• _What to produce_: All entries shown below should be duplicated character for character.

• _Exercise data_:
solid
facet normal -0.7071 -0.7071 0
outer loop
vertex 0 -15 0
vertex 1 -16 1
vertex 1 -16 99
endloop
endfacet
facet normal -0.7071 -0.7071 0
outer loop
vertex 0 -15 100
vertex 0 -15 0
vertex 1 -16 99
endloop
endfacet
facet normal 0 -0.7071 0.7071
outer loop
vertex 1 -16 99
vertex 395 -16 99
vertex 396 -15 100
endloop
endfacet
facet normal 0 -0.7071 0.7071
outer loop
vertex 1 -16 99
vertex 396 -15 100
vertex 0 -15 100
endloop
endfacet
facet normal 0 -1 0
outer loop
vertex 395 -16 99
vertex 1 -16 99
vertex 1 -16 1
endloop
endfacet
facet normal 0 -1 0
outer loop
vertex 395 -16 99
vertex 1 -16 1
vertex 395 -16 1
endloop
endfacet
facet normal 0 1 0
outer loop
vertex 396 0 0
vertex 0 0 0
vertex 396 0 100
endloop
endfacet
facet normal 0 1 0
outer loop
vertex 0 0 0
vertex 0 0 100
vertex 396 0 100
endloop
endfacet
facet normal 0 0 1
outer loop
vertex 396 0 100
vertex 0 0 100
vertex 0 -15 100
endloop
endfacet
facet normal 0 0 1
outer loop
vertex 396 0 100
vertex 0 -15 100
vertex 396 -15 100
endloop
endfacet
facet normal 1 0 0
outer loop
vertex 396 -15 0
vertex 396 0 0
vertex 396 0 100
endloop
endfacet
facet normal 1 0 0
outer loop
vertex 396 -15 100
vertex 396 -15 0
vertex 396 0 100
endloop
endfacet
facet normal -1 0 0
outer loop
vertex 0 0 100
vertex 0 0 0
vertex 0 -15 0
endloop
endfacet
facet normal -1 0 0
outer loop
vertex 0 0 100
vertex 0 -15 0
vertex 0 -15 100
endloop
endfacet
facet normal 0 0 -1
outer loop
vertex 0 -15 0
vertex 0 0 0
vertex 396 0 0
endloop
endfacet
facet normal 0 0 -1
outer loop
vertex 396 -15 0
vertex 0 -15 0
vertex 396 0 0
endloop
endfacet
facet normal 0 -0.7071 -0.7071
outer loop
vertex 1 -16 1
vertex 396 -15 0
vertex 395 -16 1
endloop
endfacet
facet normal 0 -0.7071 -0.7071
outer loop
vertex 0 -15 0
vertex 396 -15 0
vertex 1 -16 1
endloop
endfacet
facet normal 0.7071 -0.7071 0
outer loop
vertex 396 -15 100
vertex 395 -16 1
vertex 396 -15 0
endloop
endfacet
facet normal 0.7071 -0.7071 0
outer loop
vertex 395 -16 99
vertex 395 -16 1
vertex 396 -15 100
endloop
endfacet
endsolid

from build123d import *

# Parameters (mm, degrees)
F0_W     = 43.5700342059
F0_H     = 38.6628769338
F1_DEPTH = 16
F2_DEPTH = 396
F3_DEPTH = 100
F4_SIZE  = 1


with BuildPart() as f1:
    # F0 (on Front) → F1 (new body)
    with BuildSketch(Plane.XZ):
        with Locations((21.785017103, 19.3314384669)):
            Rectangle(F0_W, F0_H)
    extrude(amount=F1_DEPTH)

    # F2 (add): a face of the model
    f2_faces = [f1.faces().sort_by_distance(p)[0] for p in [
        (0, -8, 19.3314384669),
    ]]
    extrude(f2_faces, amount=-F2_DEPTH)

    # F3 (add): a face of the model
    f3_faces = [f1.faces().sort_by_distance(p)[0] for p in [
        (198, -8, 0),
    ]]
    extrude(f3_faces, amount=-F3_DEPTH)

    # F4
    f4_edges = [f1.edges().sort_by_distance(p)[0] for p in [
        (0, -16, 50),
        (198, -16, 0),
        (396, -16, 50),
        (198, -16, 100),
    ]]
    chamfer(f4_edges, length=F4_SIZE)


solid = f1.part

• _Task solution_:
solid
facet normal -0.7071 -0.7071 0
outer loop
vertex 0 -15 0
vertex 1 -16 1
vertex 1 -16 99
endloop
endfacet
facet normal -0.7071 -0.7071 0
outer loop
vertex 0 -15 100
vertex 0 -15 0
vertex 1 -16 99
endloop
endfacet
facet normal 0 -0.7071 0.7071
outer loop
vertex 1 -16 99
vertex 395 -16 99
vertex 396 -15 100
endloop
endfacet
facet normal 0 -0.7071 0.7071
outer loop
vertex 1 -16 99
vertex 396 -15 100
vertex 0 -15 100
endloop
endfacet
facet normal 0 -1 0
outer loop
vertex 395 -16 99
vertex 1 -16 99
vertex 1 -16 1
endloop
endfacet
facet normal 0 -1 0
outer loop
vertex 395 -16 99
vertex 1 -16 1
vertex 395 -16 1
endloop
endfacet
facet normal 0 1 0
outer loop
vertex 396 0 0
vertex 0 0 0
vertex 396 0 100
endloop
endfacet
facet normal 0 1 0
outer loop
vertex 0 0 0
vertex 0 0 100
vertex 396 0 100
endloop
endfacet
facet normal 0 0 1
outer loop
vertex 396 0 100
vertex 0 0 100
vertex 0 -15 100
endloop
endfacet
facet normal 0 0 1
outer loop
vertex 396 0 100
vertex 0 -15 100
vertex 396 -15 100
endloop
endfacet
facet normal 1 0 0
outer loop
vertex 396 -15 0
vertex 396 0 0
vertex 396 0 100
endloop
endfacet
facet normal 1 0 0
outer loop
vertex 396 -15 100
vertex 396 -15 0
vertex 396 0 100
endloop
endfacet
facet normal -1 0 0
outer loop
vertex 0 0 100
vertex 0 0 0
vertex 0 -15 0
endloop
endfacet
facet normal -1 0 0
outer loop
vertex 0 0 100
vertex 0 -15 0
vertex 0 -15 100
endloop
endfacet
facet normal 0 0 -1
outer loop
vertex 0 -15 0
vertex 0 0 0
vertex 396 0 0
endloop
endfacet
facet normal 0 0 -1
outer loop
vertex 396 -15 0
vertex 0 -15 0
vertex 396 0 0
endloop
endfacet
facet normal 0 -0.7071 -0.7071
outer loop
vertex 1 -16 1
vertex 396 -15 0
vertex 395 -16 1
endloop
endfacet
facet normal 0 -0.7071 -0.7071
outer loop
vertex 0 -15 0
vertex 396 -15 0
vertex 1 -16 1
endloop
endfacet
facet normal 0.7071 -0.7071 0
outer loop
vertex 396 -15 100
vertex 395 -16 1
vertex 396 -15 0
endloop
endfacet
facet normal 0.7071 -0.7071 0
outer loop
vertex 395 -16 99
vertex 395 -16 1
vertex 396 -15 100
endloop
endfacet
endsolid

from build123d import *

# Parameters (mm, degrees)
F0_W     = 43.5700342059
F0_H     = 38.6628769338
F1_DEPTH = 16
F2_DEPTH = 396
F3_DEPTH = 100
F4_SIZE  = 1


with BuildPart() as f1:
    # F0 (on Front) → F1 (new body)
    with BuildSketch(Plane.XZ):
        with Locations((21.785017103, 19.3314384669)):
            Rectangle(F0_W, F0_H)
    extrude(amount=F1_DEPTH)

    # F2 (add): a face of the model
    f2_faces = [f1.faces().sort_by_distance(p)[0] for p in [
        (0, -8, 19.3314384669),
    ]]
    extrude(f2_faces, amount=-F2_DEPTH)

    # F3 (add): a face of the model
    f3_faces = [f1.faces().sort_by_distance(p)[0] for p in [
        (198, -8, 0),
    ]]
    extrude(f3_faces, amount=-F3_DEPTH)

    # F4
    f4_edges = [f1.edges().sort_by_distance(p)[0] for p in [
        (0, -16, 50),
        (198, -16, 0),
        (396, -16, 50),
        (198, -16, 100),
    ]]
    chamfer(f4_edges, length=F4_SIZE)


solid = f1.part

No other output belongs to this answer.